*PROBLEM DESCRIPTION:* Look through the data below for the line with "f 179 176 175" and the line with "f 57 56 154", then output those two and all lines in between, exactly as written.

(Saved entries)
-*-

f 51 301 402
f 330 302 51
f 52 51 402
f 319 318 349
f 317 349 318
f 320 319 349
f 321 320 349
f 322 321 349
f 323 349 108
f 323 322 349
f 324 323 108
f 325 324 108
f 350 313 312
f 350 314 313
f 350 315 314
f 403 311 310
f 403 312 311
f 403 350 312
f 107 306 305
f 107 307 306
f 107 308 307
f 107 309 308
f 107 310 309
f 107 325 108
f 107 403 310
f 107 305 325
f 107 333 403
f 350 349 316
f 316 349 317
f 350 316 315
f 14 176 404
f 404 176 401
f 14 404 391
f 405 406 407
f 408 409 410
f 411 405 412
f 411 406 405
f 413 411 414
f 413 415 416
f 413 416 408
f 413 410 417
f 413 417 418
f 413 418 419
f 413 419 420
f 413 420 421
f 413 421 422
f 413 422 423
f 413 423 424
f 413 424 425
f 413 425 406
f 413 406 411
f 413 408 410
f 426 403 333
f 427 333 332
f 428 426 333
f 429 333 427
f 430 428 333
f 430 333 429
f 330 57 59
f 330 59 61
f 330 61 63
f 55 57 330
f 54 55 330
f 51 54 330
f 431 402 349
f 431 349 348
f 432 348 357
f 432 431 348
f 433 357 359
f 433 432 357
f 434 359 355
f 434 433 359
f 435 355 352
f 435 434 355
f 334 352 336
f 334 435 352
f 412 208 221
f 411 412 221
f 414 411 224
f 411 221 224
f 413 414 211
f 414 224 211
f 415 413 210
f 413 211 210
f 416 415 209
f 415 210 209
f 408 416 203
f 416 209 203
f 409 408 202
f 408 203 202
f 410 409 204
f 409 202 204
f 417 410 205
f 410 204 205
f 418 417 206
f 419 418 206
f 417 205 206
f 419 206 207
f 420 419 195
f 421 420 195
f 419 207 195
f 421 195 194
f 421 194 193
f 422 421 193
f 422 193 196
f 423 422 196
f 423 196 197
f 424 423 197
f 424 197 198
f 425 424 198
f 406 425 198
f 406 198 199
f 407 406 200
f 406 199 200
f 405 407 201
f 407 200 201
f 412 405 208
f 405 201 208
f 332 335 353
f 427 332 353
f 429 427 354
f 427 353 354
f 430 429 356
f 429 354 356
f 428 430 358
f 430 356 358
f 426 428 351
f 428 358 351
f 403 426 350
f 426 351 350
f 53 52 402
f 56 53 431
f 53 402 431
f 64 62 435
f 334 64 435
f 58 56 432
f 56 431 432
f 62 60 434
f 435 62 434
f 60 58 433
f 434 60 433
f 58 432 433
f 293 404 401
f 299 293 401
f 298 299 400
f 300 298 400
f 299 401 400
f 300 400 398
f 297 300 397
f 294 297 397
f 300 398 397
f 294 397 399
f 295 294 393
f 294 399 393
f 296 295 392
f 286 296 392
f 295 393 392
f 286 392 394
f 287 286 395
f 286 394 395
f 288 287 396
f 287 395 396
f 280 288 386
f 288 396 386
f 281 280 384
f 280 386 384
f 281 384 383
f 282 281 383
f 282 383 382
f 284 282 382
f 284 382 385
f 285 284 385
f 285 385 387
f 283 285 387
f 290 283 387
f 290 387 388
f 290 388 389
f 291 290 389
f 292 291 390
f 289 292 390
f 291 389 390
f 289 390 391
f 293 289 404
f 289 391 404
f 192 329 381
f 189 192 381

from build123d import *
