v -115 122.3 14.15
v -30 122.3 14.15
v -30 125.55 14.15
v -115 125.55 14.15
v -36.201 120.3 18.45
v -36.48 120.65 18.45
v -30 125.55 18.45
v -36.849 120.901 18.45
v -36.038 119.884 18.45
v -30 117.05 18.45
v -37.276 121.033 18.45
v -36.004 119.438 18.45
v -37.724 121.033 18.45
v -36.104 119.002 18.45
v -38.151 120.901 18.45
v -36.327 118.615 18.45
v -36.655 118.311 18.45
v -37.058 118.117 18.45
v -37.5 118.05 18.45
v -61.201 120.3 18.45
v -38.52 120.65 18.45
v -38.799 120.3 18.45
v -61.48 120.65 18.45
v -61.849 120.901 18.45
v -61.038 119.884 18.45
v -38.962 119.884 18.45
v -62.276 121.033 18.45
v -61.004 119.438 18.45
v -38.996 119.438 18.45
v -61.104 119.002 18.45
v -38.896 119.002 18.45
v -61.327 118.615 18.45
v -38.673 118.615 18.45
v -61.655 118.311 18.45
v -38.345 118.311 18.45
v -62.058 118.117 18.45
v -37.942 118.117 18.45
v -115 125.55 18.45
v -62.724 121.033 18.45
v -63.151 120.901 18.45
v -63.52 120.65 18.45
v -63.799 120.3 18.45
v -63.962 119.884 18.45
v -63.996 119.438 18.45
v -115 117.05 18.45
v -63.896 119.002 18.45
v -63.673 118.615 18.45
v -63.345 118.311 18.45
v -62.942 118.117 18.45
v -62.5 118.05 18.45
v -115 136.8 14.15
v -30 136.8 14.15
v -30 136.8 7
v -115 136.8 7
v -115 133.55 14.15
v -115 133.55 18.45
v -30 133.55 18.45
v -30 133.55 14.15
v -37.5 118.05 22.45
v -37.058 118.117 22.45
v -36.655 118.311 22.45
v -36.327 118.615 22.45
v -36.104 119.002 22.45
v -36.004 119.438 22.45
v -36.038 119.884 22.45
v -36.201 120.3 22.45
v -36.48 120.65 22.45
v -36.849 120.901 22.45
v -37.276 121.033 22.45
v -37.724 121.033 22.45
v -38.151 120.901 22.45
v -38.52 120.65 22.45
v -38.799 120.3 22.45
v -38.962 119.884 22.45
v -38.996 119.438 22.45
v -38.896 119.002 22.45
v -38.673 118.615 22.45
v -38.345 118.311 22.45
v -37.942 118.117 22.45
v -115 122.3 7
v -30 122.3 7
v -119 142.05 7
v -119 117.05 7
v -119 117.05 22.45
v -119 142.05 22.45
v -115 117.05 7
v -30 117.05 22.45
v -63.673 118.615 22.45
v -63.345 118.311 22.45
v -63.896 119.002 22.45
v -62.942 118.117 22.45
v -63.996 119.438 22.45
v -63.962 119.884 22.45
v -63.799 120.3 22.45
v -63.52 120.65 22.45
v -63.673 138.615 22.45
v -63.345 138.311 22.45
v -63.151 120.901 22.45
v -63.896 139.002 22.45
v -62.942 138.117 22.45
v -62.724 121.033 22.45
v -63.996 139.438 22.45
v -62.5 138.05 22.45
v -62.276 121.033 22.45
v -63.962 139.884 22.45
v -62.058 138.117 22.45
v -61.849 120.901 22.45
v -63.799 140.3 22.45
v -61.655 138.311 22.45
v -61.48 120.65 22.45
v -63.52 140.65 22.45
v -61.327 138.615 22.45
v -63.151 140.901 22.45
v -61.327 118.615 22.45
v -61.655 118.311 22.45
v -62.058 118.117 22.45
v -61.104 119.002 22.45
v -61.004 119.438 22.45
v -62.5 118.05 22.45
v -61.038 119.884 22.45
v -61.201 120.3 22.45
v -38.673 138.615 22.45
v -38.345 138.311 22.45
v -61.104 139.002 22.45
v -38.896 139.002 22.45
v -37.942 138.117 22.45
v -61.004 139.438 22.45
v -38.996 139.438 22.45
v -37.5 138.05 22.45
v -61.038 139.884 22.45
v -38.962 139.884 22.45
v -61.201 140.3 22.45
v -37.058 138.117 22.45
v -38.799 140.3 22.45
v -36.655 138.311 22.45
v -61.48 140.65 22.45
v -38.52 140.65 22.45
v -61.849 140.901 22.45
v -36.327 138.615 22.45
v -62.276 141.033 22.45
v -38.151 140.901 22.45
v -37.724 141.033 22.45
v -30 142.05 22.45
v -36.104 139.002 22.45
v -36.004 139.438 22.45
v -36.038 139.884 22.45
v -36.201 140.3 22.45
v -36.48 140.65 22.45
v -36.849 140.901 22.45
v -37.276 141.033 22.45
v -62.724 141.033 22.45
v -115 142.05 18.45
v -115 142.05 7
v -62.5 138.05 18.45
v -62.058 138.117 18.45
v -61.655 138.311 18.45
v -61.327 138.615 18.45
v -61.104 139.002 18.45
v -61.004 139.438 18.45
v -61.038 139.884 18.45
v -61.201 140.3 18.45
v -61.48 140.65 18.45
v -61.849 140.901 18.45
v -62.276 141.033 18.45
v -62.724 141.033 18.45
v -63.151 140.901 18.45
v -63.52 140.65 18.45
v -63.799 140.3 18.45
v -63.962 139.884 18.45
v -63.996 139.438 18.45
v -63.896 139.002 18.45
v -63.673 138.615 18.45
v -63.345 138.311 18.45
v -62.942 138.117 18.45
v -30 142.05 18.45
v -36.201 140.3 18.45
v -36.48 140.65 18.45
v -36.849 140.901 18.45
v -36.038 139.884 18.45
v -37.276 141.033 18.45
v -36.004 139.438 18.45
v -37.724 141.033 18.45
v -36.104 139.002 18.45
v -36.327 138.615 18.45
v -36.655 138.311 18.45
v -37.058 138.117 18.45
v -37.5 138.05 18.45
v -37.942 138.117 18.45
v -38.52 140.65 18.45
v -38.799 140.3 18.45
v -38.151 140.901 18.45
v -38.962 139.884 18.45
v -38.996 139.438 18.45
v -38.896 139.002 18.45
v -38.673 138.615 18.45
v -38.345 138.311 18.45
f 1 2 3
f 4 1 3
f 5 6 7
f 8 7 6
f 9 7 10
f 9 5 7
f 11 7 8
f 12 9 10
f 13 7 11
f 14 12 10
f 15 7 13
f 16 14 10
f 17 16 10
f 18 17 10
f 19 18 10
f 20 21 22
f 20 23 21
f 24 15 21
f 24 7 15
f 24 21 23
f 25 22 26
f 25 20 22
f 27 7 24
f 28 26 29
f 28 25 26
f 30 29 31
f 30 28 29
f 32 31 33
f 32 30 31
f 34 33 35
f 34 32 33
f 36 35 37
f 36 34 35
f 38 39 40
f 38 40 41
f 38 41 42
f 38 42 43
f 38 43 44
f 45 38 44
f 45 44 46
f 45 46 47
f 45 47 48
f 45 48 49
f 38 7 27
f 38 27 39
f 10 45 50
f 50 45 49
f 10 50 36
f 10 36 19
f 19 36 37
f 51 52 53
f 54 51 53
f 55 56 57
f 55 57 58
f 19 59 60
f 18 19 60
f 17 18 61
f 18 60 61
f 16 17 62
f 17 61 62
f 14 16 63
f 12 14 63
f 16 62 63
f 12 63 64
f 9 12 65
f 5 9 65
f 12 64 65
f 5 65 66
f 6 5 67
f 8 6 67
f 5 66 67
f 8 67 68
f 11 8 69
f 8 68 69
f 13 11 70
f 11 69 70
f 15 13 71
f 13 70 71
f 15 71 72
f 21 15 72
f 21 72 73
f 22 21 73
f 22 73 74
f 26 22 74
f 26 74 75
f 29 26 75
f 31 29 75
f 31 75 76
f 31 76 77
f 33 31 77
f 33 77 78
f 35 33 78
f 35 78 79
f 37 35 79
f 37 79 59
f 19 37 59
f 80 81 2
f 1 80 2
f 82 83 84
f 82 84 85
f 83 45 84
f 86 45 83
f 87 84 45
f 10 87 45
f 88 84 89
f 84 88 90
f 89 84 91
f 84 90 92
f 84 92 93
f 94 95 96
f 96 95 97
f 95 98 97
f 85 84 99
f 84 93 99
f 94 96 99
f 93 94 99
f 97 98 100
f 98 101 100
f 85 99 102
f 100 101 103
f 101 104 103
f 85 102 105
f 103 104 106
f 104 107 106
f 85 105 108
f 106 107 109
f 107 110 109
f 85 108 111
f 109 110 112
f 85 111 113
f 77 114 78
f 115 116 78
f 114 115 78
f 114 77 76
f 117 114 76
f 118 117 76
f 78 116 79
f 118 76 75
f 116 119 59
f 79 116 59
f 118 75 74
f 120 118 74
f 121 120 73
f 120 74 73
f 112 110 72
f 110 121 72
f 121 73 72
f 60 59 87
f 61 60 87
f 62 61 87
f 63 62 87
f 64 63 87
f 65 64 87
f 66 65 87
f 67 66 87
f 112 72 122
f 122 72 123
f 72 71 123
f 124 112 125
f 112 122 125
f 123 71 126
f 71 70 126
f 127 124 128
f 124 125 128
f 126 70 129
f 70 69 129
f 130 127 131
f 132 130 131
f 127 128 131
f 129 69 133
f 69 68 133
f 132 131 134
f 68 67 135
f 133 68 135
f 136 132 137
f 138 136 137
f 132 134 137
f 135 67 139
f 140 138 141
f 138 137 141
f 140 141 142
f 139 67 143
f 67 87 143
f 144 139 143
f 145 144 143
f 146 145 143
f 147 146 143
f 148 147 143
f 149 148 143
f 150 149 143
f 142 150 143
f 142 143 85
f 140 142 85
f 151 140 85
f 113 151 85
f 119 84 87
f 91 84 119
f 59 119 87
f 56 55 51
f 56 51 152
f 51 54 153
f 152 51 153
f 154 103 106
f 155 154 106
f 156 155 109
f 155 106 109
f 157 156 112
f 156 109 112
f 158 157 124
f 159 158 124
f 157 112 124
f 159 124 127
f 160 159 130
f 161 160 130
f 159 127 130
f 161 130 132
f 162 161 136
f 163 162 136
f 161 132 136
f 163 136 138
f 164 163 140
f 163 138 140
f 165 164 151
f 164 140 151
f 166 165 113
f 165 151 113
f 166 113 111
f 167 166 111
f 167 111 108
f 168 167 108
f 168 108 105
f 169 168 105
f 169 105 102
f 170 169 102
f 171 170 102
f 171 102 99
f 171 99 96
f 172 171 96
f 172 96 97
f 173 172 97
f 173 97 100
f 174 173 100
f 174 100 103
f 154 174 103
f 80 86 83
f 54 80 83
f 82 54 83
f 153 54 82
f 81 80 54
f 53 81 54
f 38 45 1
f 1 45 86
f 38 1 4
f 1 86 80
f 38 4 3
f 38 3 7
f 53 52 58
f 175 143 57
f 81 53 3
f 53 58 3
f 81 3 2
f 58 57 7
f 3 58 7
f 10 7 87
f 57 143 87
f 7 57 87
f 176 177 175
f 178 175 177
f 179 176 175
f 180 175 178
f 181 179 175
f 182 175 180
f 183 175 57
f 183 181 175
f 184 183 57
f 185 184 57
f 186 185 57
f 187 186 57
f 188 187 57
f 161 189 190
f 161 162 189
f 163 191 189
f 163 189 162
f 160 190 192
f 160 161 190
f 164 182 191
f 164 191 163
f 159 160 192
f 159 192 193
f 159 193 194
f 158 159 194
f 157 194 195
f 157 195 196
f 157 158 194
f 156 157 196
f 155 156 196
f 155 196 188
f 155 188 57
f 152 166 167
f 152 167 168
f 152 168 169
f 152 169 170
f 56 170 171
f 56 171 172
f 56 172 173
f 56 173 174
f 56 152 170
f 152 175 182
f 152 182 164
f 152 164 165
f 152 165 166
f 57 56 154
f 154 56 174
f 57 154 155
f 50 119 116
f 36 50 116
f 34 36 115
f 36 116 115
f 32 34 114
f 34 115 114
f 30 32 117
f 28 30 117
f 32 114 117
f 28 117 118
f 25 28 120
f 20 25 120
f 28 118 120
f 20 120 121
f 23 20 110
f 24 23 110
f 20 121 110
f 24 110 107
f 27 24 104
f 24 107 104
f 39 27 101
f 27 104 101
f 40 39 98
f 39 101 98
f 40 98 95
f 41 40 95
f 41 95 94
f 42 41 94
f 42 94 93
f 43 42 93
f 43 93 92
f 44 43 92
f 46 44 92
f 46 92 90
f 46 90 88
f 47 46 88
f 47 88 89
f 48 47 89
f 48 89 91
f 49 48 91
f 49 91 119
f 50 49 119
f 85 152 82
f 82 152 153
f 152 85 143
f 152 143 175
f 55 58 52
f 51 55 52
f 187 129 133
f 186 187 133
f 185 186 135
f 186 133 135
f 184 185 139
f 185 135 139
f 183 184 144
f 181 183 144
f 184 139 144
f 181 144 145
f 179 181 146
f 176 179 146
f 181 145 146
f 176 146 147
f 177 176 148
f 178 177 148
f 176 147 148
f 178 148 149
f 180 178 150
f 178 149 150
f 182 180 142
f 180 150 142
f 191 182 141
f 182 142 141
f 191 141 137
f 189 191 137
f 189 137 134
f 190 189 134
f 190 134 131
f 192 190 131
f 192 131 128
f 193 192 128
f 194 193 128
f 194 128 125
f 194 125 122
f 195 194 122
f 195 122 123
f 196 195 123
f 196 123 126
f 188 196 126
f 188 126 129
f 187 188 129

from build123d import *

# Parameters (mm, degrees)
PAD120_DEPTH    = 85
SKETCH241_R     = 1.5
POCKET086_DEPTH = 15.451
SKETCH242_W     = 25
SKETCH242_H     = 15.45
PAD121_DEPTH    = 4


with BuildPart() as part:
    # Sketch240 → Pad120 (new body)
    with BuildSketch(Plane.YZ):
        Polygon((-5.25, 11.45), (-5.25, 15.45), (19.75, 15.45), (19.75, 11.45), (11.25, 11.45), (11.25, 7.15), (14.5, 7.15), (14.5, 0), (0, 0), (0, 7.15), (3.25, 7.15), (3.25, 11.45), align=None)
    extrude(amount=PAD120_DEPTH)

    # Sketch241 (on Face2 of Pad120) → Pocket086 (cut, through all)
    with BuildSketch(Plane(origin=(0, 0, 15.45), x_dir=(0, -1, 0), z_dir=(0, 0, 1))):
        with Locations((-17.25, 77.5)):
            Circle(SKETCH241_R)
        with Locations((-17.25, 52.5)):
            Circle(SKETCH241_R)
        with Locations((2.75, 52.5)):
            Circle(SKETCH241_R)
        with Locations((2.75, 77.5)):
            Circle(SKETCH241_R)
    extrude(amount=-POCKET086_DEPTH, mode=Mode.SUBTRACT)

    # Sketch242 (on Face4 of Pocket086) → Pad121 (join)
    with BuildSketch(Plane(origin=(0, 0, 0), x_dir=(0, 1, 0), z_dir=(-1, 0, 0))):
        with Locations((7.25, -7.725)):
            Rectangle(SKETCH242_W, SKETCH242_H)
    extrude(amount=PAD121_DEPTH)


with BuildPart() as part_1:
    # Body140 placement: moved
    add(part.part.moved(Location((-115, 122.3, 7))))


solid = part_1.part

-*-

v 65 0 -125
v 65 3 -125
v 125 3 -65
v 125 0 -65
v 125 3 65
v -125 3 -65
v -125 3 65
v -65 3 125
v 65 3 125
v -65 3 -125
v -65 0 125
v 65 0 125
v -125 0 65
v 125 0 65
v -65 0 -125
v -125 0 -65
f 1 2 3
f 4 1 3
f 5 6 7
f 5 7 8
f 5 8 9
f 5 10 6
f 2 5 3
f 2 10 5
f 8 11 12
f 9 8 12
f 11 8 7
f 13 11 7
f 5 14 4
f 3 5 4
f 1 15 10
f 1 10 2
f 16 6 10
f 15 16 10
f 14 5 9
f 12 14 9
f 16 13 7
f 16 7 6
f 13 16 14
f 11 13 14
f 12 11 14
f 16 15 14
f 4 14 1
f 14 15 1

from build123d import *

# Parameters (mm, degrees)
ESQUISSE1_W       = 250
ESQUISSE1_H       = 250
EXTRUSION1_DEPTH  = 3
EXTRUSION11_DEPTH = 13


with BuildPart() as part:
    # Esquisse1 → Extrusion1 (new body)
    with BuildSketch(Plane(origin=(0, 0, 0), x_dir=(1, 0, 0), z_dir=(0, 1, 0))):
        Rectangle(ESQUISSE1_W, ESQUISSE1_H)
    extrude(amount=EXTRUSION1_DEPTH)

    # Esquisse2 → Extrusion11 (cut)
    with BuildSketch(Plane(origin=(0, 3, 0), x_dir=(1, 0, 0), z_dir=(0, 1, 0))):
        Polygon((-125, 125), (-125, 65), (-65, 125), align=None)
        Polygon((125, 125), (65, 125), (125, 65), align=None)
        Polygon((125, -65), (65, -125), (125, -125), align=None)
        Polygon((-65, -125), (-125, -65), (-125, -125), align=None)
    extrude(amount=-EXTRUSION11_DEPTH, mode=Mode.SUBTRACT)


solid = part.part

-*-

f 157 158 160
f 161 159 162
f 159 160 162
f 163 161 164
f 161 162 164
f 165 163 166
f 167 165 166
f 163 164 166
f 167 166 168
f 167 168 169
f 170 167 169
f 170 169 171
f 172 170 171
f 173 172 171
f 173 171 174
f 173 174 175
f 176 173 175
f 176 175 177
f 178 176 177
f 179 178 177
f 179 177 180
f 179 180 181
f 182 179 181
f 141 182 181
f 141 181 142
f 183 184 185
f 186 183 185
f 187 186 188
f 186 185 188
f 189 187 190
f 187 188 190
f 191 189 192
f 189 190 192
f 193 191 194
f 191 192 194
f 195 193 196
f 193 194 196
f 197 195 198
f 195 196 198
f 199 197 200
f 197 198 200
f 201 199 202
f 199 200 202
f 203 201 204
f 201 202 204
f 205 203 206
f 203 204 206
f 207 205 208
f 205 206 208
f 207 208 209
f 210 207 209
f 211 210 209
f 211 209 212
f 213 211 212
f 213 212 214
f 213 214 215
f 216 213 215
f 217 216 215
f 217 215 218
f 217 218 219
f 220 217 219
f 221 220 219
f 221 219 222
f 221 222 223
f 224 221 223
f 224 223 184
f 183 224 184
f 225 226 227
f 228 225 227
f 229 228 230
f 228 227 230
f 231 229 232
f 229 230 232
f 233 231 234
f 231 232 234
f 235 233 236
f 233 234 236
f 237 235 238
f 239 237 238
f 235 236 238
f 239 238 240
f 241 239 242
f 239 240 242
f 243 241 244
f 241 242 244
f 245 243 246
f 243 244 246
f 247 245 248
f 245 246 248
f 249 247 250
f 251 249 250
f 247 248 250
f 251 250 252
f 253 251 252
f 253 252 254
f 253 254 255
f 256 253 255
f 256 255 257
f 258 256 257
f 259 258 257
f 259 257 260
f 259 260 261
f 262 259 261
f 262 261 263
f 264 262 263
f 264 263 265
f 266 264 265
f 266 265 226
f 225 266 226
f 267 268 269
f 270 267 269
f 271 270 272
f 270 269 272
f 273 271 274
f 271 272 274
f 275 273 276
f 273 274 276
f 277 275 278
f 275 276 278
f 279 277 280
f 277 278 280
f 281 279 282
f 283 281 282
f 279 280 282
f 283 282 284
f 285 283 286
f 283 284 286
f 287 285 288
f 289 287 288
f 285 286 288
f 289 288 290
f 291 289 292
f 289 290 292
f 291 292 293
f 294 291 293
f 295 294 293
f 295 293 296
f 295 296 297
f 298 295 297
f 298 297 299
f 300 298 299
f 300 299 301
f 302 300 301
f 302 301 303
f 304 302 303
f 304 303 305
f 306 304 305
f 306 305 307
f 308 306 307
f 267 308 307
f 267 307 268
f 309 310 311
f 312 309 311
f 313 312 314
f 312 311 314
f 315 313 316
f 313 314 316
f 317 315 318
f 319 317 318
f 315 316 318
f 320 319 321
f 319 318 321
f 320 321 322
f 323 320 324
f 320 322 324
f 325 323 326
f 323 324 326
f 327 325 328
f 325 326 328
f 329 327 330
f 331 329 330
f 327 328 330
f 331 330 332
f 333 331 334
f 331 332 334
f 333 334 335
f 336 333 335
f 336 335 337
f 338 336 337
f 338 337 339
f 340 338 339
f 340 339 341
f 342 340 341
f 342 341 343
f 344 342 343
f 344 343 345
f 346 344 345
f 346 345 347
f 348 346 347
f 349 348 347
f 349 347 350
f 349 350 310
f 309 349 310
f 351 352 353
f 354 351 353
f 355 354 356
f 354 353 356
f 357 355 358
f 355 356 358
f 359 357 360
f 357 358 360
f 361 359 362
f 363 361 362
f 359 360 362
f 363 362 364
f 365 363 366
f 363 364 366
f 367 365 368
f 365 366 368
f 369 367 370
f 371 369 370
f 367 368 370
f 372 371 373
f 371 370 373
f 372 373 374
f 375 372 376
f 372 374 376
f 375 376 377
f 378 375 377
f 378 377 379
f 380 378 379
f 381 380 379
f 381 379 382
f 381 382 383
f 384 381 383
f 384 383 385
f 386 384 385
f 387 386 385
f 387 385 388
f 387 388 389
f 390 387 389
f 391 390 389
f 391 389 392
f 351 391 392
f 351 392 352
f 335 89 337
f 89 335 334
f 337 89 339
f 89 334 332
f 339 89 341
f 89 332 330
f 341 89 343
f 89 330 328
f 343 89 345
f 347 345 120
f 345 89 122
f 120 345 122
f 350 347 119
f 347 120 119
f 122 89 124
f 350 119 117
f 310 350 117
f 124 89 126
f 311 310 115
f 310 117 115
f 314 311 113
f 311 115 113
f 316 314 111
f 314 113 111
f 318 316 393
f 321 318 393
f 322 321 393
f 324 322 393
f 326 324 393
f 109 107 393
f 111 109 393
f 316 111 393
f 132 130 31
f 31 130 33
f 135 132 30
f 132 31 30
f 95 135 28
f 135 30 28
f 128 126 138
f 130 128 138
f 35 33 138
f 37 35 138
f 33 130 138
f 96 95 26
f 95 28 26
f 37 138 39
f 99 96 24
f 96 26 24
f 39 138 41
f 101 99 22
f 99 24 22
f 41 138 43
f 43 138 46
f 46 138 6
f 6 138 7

-*-

*EXERCISE RESPONSE:*
f 179 176 175
f 180 175 178
f 181 179 175
f 182 175 180
f 183 175 57
f 183 181 175
f 184 183 57
f 185 184 57
f 186 185 57
f 187 186 57
f 188 187 57
f 161 189 190
f 161 162 189
f 163 191 189
f 163 189 162
f 160 190 192
f 160 161 190
f 164 182 191
f 164 191 163
f 159 160 192
f 159 192 193
f 159 193 194
f 158 159 194
f 157 194 195
f 157 195 196
f 157 158 194
f 156 157 196
f 155 156 196
f 155 196 188
f 155 188 57
f 152 166 167
f 152 167 168
f 152 168 169
f 152 169 170
f 56 170 171
f 56 171 172
f 56 172 173
f 56 173 174
f 56 152 170
f 152 175 182
f 152 182 164
f 152 164 165
f 152 165 166
f 57 56 154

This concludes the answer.